Department of Chemical Engineering, Carnegie Mellon University, Pittsburgh, Pennsylvania 15213, USA.
Meta AI Research, Menlo Park, California 94025, USA.
J Chem Phys. 2022 May 14;156(18):184702. doi: 10.1063/5.0088019.
Recent advances in Graph Neural Networks (GNNs) have transformed the space of molecular and catalyst discovery. Despite the fact that the underlying physics across these domains remain the same, most prior work has focused on building domain-specific models either in small molecules or in materials. However, building large datasets across all domains is computationally expensive; therefore, the use of transfer learning (TL) to generalize to different domains is a promising but under-explored approach to this problem. To evaluate this hypothesis, we use a model that is pretrained on the Open Catalyst Dataset (OC20), and we study the model's behavior when fine-tuned for a set of different datasets and tasks. This includes MD17, the *CO adsorbate dataset, and OC20 across different tasks. Through extensive TL experiments, we demonstrate that the initial layers of GNNs learn a more basic representation that is consistent across domains, whereas the final layers learn more task-specific features. Moreover, these well-known strategies show significant improvement over the non-pretrained models for in-domain tasks with improvements of 53% and 17% for the *CO dataset and across the Open Catalyst Project (OCP) task, respectively. TL approaches result in up to 4× speedup in model training depending on the target data and task. However, these do not perform well for the MD17 dataset, resulting in worse performance than the non-pretrained model for few molecules. Based on these observations, we propose transfer learning using attentions across atomic systems with graph Neural Networks (TAAG), an attention-based approach that adapts to prioritize and transfer important features from the interaction layers of GNNs. The proposed method outperforms the best TL approach for out-of-domain datasets, such as MD17, and gives a mean improvement of 6% over a model trained from scratch.

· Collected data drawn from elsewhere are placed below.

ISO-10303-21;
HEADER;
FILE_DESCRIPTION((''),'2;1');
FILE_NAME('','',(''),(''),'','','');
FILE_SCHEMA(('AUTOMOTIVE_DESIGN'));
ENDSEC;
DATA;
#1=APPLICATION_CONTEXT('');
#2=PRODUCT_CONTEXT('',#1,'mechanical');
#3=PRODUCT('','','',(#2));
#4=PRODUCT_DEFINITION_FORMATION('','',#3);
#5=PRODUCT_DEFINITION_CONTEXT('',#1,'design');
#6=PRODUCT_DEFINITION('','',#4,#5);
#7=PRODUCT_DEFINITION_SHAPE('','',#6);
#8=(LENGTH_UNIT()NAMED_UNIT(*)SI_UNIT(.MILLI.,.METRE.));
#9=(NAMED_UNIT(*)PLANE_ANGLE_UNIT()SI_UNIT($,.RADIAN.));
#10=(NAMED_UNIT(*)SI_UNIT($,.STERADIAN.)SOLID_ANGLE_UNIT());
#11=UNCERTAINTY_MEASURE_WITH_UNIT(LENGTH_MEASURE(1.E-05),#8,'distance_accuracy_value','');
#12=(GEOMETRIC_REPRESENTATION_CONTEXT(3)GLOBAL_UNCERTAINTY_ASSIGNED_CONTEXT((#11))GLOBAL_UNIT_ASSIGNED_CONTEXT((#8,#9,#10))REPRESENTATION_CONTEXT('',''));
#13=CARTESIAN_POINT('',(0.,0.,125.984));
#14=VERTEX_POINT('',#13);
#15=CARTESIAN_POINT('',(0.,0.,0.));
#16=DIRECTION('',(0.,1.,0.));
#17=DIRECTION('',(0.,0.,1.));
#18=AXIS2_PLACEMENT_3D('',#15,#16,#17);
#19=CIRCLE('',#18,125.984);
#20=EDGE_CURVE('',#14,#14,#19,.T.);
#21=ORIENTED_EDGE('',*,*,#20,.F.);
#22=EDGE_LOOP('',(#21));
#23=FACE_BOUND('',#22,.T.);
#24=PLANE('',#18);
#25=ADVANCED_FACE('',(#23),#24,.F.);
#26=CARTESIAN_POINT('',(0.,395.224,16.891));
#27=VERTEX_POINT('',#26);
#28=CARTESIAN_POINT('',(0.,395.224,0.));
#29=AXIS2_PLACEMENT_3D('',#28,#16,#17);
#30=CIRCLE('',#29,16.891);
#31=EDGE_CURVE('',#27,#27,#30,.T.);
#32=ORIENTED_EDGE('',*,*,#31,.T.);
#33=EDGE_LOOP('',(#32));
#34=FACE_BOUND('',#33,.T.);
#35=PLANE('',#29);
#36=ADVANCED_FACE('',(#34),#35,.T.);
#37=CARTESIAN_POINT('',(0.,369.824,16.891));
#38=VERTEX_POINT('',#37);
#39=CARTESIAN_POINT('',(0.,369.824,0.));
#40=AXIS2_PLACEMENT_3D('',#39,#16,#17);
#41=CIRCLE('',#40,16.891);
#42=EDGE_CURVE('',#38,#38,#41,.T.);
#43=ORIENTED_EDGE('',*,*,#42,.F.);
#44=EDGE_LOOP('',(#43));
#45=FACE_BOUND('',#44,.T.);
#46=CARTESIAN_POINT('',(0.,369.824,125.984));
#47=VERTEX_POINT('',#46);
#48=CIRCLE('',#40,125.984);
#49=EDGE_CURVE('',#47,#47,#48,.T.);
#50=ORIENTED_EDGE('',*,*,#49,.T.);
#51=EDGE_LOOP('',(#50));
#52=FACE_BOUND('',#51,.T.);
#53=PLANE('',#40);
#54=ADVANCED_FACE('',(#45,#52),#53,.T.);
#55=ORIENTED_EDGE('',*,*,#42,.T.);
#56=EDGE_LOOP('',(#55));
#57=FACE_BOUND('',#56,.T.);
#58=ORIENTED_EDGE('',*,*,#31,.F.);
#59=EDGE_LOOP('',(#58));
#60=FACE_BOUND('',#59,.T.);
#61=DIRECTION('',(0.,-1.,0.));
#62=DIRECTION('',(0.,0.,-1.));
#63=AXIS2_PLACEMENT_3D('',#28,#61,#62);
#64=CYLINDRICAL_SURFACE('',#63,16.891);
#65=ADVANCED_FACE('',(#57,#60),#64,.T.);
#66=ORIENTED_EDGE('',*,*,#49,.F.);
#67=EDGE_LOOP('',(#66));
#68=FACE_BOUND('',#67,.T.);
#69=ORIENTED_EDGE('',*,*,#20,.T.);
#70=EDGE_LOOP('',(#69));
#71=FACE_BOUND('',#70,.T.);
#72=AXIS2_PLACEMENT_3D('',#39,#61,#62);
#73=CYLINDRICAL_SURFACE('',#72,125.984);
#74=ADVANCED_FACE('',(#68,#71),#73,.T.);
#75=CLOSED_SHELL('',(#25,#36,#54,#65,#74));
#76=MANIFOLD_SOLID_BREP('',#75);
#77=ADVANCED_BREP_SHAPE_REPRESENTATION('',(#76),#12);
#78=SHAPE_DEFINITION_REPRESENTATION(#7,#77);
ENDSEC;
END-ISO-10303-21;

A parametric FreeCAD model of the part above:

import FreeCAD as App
import Part
import Sketcher
Q = App.Units.Quantity

doc = App.newDocument("Part")
body = doc.addObject("PartDesign::Body", "Body")

sketch1 = body.newObject("Sketcher::SketchObject", "Sketch")
sketch1.AttachmentSupport = (doc.getObject("XZ_Plane"), [""])
sketch1.MapMode = "FlatFace"
sketch1.addGeometry(Part.Circle(App.Vector(0, 0, 0), App.Vector(0, 0, 1), 125.984), False)
sketch1.addConstraint(Sketcher.Constraint("Coincident", 0, 3, -1, 1))
sketch1.addConstraint(Sketcher.Constraint("Diameter", 0, Q("9.92 in")))
pad1 = body.newObject("PartDesign::Pad", "Pad")
pad1.Profile = sketch1
pad1.Length = Q("14.56 in")
pad1.Reversed = True

sketch2 = body.newObject("Sketcher::SketchObject", "Sketch001")
sketch2.AttachmentSupport = (doc.getObject("XZ_Plane"), [""])
sketch2.MapMode = "FlatFace"
sketch2.AttachmentOffset = App.Placement(App.Vector(0, 0, -14.56 * 25.4), App.Rotation())
sketch2.addGeometry(Part.Circle(App.Vector(0, 0, 0), App.Vector(0, 0, 1), 16.891), False)
sketch2.addConstraint(Sketcher.Constraint("Coincident", 0, 3, -1, 1))
sketch2.addConstraint(Sketcher.Constraint("Diameter", 0, Q("1.33 in")))
pad2 = body.newObject("PartDesign::Pad", "Pad001")
pad2.Profile = sketch2
pad2.Length = Q("1 in")
pad2.Reversed = True

doc.recompute()
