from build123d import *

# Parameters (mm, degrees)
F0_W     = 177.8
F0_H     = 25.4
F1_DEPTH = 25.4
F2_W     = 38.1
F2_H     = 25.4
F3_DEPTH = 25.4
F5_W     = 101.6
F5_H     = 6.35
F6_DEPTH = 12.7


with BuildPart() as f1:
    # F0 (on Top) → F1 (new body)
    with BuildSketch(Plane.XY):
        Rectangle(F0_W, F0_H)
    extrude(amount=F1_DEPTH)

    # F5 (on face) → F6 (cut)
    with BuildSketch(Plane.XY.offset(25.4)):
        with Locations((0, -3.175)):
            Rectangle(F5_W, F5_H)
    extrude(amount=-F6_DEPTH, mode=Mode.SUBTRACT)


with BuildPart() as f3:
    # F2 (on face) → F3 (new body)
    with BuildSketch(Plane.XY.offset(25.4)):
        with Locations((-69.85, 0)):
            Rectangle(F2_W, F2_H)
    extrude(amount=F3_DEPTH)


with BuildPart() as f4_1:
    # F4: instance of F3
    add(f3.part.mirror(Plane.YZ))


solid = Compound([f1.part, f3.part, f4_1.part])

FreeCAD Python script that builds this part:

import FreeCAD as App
import Part
import Sketcher

V = App.Vector
Q = App.Units.Quantity


def add_polygon(sketch, points):
    """Adds a closed chain of lines whose ends are joined by coincident constraints."""
    first, n = sketch.GeometryCount, len(points)
    for a, b in zip(points, points[1:] + points[:1]):
        sketch.addGeometry(Part.LineSegment(App.Vector(*a, 0), App.Vector(*b, 0)), False)
    for i in range(n):
        sketch.addConstraint(Sketcher.Constraint("Coincident", first + i, 2, first + (i + 1) % n, 1))

doc = App.newDocument("Part")
body = doc.addObject("PartDesign::Body", "Body")

# Sketch on XY plane
sketch1 = doc.addObject("Sketcher::SketchObject", "Sketch")
body.addObject(sketch1)
sketch1.AttachmentSupport = (doc.XY_Plane, [""])
sketch1.MapMode = "FlatFace"
add_polygon(sketch1, [(-89, 13), (-89, -13), (89, -13), (89, 13)])  # lines 0-3
sketch1.addConstraint(Sketcher.Constraint("Vertical", 0))
sketch1.addConstraint(Sketcher.Constraint("Horizontal", 1))
sketch1.addConstraint(Sketcher.Constraint("Vertical", 2))
sketch1.addConstraint(Sketcher.Constraint("Horizontal", 3))
sketch1.addConstraint(Sketcher.Constraint("Symmetric", 0, 2, 2, 2, -1, 1))
sketch1.addConstraint(Sketcher.Constraint("DistanceX", 1, 1, 1, 2, Q("7 in")))
sketch1.addConstraint(Sketcher.Constraint("DistanceY", 0, 2, 0, 1, Q("1 in")))
pad1 = doc.addObject("PartDesign::Pad", "Pad")
body.addObject(pad1)
pad1.Profile = sketch1
pad1.Length = Q("1 in")

# Sketch on XY plane
sketch2 = doc.addObject("Sketcher::SketchObject", "Sketch001")
body.addObject(sketch2)
sketch2.AttachmentSupport = (doc.XY_Plane, [""])
sketch2.MapMode = "FlatFace"
sketch2.AttachmentOffset = App.Placement(V(0, 0, 1 * 25.4), App.Rotation())
add_polygon(sketch2, [(-51, 0), (-51, -6), (51, -6), (51, 0)])  # lines 0-3
sketch2.addConstraint(Sketcher.Constraint("Vertical", 0))
sketch2.addConstraint(Sketcher.Constraint("Horizontal", 1))
sketch2.addConstraint(Sketcher.Constraint("Vertical", 2))
sketch2.addConstraint(Sketcher.Constraint("Horizontal", 3))
sketch2.addConstraint(Sketcher.Constraint("Symmetric", 2, 2, 3, 2, -1, 1))
sketch2.addConstraint(Sketcher.Constraint("DistanceX", 1, 1, 1, 2, Q("4 in")))
sketch2.addConstraint(Sketcher.Constraint("DistanceY", 0, 2, 0, 1, Q("0.25 in")))
pocket1 = doc.addObject("PartDesign::Pocket", "Pocket")
body.addObject(pocket1)
pocket1.Profile = sketch2
pocket1.Length = Q("0.5 in")
body2 = doc.addObject("PartDesign::Body", "Body001")

# Sketch on XY plane
sketch3 = doc.addObject("Sketcher::SketchObject", "Sketch002")
body2.addObject(sketch3)
sketch3.AttachmentSupport = (doc.getObject("XY_Plane001"), [""])
sketch3.MapMode = "FlatFace"
sketch3.AttachmentOffset = App.Placement(V(0, 0, 1 * 25.4), App.Rotation())
add_polygon(sketch3, [(-89, 13), (-89, -13), (-51, -13), (-51, 13)])  # lines 0-3
sketch3.addConstraint(Sketcher.Constraint("Vertical", 0))
sketch3.addConstraint(Sketcher.Constraint("Horizontal", 1))
sketch3.addConstraint(Sketcher.Constraint("Vertical", 2))
sketch3.addConstraint(Sketcher.Constraint("Horizontal", 3))
sketch3.addConstraint(Sketcher.Constraint("DistanceY", 0, 2, 0, 1, Q("1 in")))
sketch3.addConstraint(Sketcher.Constraint("DistanceX", 1, 1, 1, 2, Q("1.5 in")))
sketch3.addConstraint(Sketcher.Constraint("DistanceX", 1, 2, -1, 1, Q("2 in")))
sketch3.addConstraint(Sketcher.Constraint("DistanceY", 0, 2, -1, 1, Q("0.5 in")))
pad2 = doc.addObject("PartDesign::Pad", "Pad001")
body2.addObject(pad2)
pad2.Profile = sketch3
pad2.Length = Q("1 in")
body3 = doc.addObject("PartDesign::Body", "Body002")
doc.recompute()

mirroring = doc.addObject("Part::Mirroring", "Mirroring")
mirroring.Source = body2
mirroring.Base = V(0, 0, 0)
mirroring.Normal = V(1, 0, 0)
body3.BaseFeature = mirroring
doc.recompute()
mirroring.Visibility = False

doc.recompute()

最近图神经网络 (GNN) 的进展改变了分子和催化剂发现的领域。尽管这些领域的基础物理仍然相同,但大多数之前的工作都集中在小分子或材料领域构建特定于领域的模型上。然而,在所有领域构建大型数据集在计算上是昂贵的;因此,使用迁移学习 (TL) 将模型推广到不同的领域是解决这个问题的一种很有前途但尚未充分探索的方法。为了评估这个假设,我们使用在 Open Catalyst Dataset (OC20) 上预训练的模型,并研究了在一组不同的数据集和任务上进行微调时模型的行为。这包括 MD17、*CO 吸附物数据集和 OC20 的不同任务。通过广泛的 TL 实验,我们证明 GNN 的初始层学习了一种更基本的表示,这种表示在不同的领域是一致的,而最后一层学习了更多的任务特定特征。此外,这些广为人知的策略在域内任务上取得了显著的改进,与非预训练模型相比,*CO 数据集的改进分别为 53%和 17%,在 Open Catalyst Project (OCP) 任务上的改进分别为 53%和 17%。TL 方法在模型训练中最多可以实现 4 倍的速度提升,具体取决于目标数据和任务。然而,对于 MD17 数据集,这些方法的效果并不理想,对于少数分子,其性能甚至比非预训练模型还要差。基于这些观察,我们提出了使用注意力在原子系统之间进行图神经网络的迁移学习 (TAAG),这是一种基于注意力的方法,它可以适应从 GNN 的交互层中优先和转移重要特征。所提出的方法在 MD17 等域外数据集上优于最佳 TL 方法,并比从头开始训练的模型提高了 6%的平均水平。